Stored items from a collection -
----------
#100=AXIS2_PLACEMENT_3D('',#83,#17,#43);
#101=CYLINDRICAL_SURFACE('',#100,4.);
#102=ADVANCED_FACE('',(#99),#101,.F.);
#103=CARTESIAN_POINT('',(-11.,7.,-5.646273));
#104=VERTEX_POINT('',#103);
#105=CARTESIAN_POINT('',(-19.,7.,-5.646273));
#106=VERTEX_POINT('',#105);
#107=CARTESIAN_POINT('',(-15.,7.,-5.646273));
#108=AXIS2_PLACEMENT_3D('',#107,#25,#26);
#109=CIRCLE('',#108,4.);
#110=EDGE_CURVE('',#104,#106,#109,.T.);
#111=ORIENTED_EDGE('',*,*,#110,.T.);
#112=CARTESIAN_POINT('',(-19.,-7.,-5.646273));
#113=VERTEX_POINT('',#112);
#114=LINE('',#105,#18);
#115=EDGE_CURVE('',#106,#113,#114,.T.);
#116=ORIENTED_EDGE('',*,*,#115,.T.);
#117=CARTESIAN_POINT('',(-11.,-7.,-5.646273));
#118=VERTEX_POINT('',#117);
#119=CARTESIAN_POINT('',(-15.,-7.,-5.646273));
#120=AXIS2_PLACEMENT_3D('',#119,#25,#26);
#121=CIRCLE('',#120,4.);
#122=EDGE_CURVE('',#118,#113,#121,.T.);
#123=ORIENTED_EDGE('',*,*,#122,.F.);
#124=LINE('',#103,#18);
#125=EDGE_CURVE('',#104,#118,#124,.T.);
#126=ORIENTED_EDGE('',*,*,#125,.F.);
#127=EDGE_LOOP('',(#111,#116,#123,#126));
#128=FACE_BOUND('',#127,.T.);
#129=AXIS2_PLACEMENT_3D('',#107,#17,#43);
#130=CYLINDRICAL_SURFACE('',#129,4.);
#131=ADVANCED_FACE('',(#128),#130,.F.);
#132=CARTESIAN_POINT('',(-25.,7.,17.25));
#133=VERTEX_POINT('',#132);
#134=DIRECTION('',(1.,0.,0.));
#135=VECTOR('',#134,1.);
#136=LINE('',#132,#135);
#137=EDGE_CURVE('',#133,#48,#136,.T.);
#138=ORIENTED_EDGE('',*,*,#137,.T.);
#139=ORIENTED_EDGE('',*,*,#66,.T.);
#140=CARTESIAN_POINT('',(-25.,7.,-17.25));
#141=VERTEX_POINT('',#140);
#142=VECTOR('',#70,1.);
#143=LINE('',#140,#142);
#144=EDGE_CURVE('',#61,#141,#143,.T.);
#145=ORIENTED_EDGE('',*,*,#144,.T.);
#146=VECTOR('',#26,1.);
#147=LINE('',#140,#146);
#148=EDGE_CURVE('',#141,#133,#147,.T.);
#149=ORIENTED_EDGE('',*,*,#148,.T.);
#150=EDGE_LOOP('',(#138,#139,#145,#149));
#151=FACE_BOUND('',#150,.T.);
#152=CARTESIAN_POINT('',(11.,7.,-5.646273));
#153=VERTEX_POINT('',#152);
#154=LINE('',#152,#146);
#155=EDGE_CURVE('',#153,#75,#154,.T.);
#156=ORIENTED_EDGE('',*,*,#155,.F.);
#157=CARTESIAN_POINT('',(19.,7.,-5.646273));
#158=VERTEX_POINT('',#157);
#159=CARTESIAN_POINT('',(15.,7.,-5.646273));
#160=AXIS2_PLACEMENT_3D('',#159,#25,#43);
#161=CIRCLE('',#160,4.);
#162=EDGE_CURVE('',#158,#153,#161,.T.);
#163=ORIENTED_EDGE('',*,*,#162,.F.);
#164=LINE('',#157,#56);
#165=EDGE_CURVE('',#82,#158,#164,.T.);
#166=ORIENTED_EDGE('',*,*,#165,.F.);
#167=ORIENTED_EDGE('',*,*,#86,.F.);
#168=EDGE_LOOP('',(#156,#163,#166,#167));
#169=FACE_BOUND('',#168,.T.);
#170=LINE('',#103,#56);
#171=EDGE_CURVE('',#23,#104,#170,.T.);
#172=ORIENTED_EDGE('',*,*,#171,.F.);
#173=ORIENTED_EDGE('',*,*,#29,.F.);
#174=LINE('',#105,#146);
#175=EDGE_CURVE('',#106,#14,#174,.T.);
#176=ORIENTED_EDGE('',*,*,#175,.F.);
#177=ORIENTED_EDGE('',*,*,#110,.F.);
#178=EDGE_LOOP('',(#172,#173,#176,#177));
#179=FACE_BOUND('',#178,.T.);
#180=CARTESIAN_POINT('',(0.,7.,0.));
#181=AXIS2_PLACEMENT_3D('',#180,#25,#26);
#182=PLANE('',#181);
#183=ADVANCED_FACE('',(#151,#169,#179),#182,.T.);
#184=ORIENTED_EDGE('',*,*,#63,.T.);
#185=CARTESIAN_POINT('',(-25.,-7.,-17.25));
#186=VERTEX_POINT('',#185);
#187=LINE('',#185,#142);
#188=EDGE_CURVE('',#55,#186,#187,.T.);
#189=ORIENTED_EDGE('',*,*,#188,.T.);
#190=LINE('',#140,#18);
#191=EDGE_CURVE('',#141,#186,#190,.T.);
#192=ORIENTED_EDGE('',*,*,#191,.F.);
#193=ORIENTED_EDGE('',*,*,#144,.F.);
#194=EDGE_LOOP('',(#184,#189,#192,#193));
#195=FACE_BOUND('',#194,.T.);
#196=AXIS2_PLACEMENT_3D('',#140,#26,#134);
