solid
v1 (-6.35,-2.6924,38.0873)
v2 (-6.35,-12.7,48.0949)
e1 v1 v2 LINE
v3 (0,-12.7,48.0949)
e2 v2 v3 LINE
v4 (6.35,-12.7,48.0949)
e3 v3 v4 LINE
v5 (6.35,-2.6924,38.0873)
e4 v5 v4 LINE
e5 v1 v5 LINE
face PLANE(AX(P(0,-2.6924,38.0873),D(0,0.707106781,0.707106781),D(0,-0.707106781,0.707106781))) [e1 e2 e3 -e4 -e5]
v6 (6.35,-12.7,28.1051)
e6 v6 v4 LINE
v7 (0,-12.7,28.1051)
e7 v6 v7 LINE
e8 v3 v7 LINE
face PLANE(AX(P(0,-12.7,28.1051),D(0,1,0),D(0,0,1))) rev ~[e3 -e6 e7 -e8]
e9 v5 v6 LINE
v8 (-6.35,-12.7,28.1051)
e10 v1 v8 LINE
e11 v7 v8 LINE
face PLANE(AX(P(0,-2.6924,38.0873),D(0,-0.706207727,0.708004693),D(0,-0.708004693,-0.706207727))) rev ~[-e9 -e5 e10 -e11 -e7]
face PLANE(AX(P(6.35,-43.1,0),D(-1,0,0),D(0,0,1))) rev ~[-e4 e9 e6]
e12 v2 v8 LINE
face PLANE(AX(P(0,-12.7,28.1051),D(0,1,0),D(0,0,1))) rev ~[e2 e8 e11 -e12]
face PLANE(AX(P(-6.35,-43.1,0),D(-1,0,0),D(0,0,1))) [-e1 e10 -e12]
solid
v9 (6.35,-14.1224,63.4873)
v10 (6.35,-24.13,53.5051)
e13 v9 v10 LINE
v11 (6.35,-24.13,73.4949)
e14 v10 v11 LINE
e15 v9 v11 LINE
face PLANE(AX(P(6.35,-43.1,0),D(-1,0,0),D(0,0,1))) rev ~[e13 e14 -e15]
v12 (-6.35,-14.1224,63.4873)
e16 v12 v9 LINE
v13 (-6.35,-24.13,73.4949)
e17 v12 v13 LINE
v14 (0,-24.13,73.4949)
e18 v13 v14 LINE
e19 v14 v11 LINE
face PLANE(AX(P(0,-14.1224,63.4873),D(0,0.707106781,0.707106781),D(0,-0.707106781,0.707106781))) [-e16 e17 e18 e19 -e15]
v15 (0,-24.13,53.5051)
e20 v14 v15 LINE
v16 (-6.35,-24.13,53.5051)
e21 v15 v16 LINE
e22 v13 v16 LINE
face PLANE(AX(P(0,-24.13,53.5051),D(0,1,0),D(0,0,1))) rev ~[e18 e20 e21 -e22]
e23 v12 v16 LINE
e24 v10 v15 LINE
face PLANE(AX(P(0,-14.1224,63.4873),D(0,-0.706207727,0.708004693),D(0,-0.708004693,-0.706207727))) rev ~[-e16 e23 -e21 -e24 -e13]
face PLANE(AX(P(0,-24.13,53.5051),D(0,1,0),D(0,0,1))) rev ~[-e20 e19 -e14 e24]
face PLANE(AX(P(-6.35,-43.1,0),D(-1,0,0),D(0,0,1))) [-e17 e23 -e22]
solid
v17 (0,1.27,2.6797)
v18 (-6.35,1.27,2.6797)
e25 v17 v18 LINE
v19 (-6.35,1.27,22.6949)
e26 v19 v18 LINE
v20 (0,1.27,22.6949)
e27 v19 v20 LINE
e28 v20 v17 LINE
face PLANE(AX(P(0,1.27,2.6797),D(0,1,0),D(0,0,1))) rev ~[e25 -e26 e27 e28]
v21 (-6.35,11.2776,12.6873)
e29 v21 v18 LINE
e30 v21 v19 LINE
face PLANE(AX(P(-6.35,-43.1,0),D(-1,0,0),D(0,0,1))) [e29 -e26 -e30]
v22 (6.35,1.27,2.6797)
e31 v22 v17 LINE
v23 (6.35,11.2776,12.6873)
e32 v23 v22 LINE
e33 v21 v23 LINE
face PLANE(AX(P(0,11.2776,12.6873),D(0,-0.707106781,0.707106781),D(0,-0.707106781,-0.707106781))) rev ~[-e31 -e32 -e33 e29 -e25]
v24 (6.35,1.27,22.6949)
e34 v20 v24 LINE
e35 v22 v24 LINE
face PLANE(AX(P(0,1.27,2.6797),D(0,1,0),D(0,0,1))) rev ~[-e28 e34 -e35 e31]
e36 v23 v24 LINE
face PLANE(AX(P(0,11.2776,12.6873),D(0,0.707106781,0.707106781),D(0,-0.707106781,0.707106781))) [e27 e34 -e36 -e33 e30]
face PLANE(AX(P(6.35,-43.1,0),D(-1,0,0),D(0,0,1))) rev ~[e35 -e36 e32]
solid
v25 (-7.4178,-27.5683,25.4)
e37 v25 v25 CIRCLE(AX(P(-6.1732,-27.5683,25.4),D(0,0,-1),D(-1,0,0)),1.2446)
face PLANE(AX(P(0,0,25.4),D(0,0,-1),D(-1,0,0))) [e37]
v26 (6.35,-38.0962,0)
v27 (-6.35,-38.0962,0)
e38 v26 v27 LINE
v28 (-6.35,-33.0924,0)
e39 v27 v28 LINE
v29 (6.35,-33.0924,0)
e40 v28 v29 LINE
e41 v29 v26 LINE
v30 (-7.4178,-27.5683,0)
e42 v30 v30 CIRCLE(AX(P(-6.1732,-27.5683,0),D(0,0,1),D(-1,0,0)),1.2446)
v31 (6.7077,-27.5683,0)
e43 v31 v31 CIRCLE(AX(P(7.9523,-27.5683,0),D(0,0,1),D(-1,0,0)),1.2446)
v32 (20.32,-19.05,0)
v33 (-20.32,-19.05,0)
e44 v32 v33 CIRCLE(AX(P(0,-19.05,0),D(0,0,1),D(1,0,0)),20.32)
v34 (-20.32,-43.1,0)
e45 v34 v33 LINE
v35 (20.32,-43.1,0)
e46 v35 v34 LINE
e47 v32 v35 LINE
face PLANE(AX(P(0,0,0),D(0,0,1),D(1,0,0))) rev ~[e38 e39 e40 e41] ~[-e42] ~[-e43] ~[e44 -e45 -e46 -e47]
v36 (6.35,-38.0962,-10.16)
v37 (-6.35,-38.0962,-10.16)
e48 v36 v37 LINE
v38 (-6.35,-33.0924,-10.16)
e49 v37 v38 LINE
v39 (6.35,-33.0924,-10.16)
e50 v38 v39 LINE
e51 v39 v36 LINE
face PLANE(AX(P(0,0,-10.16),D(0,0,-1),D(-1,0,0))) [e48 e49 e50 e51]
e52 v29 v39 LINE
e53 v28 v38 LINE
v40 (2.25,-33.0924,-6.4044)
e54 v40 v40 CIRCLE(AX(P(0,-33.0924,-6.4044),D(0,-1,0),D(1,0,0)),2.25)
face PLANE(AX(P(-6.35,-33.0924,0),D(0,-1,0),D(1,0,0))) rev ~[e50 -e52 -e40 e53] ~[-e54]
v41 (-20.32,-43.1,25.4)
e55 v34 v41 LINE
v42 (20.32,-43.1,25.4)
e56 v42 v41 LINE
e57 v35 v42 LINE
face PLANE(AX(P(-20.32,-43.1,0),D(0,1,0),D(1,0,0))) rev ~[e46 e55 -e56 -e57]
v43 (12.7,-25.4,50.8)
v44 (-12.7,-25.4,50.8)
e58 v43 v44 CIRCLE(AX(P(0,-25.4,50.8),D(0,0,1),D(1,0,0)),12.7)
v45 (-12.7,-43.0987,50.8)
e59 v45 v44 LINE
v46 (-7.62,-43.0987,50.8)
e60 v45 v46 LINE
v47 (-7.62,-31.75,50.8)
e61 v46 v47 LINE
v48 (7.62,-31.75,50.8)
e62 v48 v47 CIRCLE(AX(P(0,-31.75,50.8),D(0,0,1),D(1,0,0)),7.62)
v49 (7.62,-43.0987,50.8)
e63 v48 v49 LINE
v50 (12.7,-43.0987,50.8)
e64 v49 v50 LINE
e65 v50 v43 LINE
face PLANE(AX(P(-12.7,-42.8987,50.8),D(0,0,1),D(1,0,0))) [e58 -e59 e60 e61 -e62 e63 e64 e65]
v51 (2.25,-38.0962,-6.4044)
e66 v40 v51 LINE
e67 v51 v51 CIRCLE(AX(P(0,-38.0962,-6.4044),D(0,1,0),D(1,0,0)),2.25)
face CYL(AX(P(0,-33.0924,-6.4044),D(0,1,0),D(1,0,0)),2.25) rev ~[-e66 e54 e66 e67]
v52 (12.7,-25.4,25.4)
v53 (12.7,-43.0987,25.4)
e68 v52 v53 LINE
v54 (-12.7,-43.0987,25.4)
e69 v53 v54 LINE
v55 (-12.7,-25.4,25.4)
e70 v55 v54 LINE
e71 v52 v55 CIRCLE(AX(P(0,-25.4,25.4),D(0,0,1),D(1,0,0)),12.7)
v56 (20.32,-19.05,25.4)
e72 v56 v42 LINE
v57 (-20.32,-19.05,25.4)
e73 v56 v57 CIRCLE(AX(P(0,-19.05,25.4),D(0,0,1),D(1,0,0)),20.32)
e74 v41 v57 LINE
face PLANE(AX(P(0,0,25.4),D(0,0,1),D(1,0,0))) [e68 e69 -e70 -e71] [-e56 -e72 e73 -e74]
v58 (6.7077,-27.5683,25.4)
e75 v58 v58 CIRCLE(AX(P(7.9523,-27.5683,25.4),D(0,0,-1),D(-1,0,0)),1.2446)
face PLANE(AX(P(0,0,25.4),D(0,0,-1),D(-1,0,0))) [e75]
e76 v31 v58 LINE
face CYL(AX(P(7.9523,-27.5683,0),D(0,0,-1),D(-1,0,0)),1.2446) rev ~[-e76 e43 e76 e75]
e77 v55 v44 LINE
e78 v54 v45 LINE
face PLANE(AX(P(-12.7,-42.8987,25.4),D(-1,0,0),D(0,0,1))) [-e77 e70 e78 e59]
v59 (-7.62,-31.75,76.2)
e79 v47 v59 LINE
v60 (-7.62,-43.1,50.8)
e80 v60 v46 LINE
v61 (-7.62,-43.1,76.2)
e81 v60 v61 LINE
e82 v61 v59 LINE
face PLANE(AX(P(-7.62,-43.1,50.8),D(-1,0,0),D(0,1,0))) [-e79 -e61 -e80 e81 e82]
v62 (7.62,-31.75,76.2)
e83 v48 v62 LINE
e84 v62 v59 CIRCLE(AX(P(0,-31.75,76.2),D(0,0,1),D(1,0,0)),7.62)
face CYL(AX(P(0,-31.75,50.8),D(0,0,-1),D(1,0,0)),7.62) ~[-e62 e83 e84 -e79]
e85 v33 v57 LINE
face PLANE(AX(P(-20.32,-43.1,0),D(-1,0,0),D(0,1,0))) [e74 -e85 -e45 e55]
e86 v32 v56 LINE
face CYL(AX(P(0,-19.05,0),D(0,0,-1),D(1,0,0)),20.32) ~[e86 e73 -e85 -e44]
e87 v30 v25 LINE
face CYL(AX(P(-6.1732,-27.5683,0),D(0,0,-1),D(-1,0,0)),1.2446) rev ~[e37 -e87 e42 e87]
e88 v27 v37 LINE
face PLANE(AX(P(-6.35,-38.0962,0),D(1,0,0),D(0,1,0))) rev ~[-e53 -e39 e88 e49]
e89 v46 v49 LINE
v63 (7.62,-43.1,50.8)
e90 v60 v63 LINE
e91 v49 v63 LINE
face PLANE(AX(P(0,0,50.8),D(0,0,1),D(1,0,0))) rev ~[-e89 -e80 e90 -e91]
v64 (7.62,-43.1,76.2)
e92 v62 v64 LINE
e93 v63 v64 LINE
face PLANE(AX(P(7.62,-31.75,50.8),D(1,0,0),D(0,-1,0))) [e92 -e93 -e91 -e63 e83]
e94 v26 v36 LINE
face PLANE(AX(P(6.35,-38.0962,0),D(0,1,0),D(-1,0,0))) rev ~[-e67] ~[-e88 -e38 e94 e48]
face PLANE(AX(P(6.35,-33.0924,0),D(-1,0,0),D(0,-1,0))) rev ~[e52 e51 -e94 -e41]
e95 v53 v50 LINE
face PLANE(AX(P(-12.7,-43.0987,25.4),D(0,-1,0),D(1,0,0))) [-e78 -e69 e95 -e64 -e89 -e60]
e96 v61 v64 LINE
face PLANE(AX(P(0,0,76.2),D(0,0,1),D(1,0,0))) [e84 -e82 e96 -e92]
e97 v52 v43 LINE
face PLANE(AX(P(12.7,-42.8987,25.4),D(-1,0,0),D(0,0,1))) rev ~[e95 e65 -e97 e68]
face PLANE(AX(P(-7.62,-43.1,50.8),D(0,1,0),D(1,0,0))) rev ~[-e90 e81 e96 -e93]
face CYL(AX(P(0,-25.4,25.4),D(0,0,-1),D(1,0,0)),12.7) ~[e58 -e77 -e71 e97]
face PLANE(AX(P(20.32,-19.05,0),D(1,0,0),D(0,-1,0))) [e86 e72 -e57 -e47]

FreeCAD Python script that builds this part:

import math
import FreeCAD as App
import Part
import Sketcher
Q = App.Units.Quantity

doc = App.newDocument("Part")
body = doc.addObject("PartDesign::Body", "Body")
body.AllowCompound = True

sketch1 = body.newObject("Sketcher::SketchObject", "Sketch")
sketch1.AttachmentSupport = (doc.getObject("XY_Plane"), [""])
sketch1.MapMode = "FlatFace"
sketch1.addGeometry([
    Part.LineSegment(App.Vector(-20.32, -43.1, 0), App.Vector(20.32, -43.1, 0)),
    Part.LineSegment(App.Vector(20.32, -43.1, 0), App.Vector(20.32, -19.05, 0)),
    Part.ArcOfCircle(Part.Circle(App.Vector(0, -19.05, 0), App.Vector(0, 0, 1), 20.32), math.radians(0), math.radians(180)),
    Part.LineSegment(App.Vector(-20.32, -19.05, 0), App.Vector(-20.32, -43.1, 0)),
], False)
sketch1.addConstraint([
    Sketcher.Constraint("Coincident", 0, 2, 1, 1),
    Sketcher.Constraint("Tangent", 1, 2, 2, 1),
    Sketcher.Constraint("Tangent", 2, 2, 3, 1),
    Sketcher.Constraint("Coincident", 3, 2, 0, 1),
    Sketcher.Constraint("Horizontal", 0),
    Sketcher.Constraint("Vertical", 1),
    Sketcher.Constraint("Vertical", 3),
    Sketcher.Constraint("PointOnObject", 2, 3, -2),
    Sketcher.Constraint("Radius", 2, Q("0.8 in")),
    Sketcher.Constraint("DistanceY", 2, 3, -1, 1, Q("0.75 in")),
    Sketcher.Constraint("DistanceY", 1, 1, 1, 2, Q("24.05 mm")),
])
pad1 = body.newObject("PartDesign::Pad", "Pad")
pad1.Profile = sketch1
pad1.Length = Q("1 in")

sketch2 = body.newObject("Sketcher::SketchObject", "Sketch001")
sketch2.AttachmentSupport = (doc.getObject("XY_Plane"), [""])
sketch2.MapMode = "FlatFace"
sketch2.addGeometry([
    Part.LineSegment(App.Vector(6.35, -38.0962, 0), App.Vector(-6.35, -38.0962, 0)),
    Part.LineSegment(App.Vector(-6.35, -38.0962, 0), App.Vector(-6.35, -33.0924, 0)),
    Part.LineSegment(App.Vector(-6.35, -33.0924, 0), App.Vector(6.35, -33.0924, 0)),
    Part.LineSegment(App.Vector(6.35, -33.0924, 0), App.Vector(6.35, -38.0962, 0)),
], False)
sketch2.addConstraint([
    Sketcher.Constraint("Coincident", 0, 2, 1, 1),
    Sketcher.Constraint("Coincident", 1, 2, 2, 1),
    Sketcher.Constraint("Coincident", 2, 2, 3, 1),
    Sketcher.Constraint("Coincident", 3, 2, 0, 1),
    Sketcher.Constraint("Horizontal", 0),
    Sketcher.Constraint("Vertical", 1),
    Sketcher.Constraint("Horizontal", 2),
    Sketcher.Constraint("Vertical", 3),
    Sketcher.Constraint("DistanceY", 1, 1, 1, 2, Q("0.197 in")),
    Sketcher.Constraint("DistanceX", 0, 2, 0, 1, Q("0.5 in")),
    Sketcher.Constraint("DistanceX", 0, 2, -1, 1, Q("0.25 in")),
    Sketcher.Constraint("DistanceY", 0, 2, -1, 1, Q("38.0962 mm")),
])
pad2 = body.newObject("PartDesign::Pad", "Pad001")
pad2.Profile = sketch2
pad2.Length = Q("0.4 in")
pad2.Reversed = True

sketch3 = body.newObject("Sketcher::SketchObject", "Sketch002")
sketch3.AttachmentSupport = (doc.getObject("XZ_Plane"), [""])
sketch3.MapMode = "FlatFace"
sketch3.AttachmentOffset = App.Placement(App.Vector(0, 0, 33.0924), App.Rotation())
sketch3.addGeometry(Part.Circle(App.Vector(0, -6.4044, 0), App.Vector(0, 0, 1), 2.25), False)
sketch3.addConstraint([
    Sketcher.Constraint("PointOnObject", 0, 3, -2),
    Sketcher.Constraint("Diameter", 0, Q("4.5 mm")),
    Sketcher.Constraint("DistanceY", 0, 3, -1, 1, Q("6.4044 mm")),
])
pocket1 = body.newObject("PartDesign::Pocket", "Pocket")
pocket1.Profile = sketch3
pocket1.Length = Q("0.4 in")
pocket1.Reversed = True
----------
YOUR GOAL - For the lines above, output exactly those from the line containing "e28 v20 v17 LINE" through the line containing "e31 v22 v17 LINE", and skip the others.

ANSWER TO THIS EXERCISE -
e28 v20 v17 LINE
face PLANE(AX(P(0,1.27,2.6797),D(0,1,0),D(0,0,1))) rev ~[e25 -e26 e27 e28]
v21 (-6.35,11.2776,12.6873)
e29 v21 v18 LINE
e30 v21 v19 LINE
face PLANE(AX(P(-6.35,-43.1,0),D(-1,0,0),D(0,0,1))) [e29 -e26 -e30]
v22 (6.35,1.27,2.6797)
e31 v22 v17 LINE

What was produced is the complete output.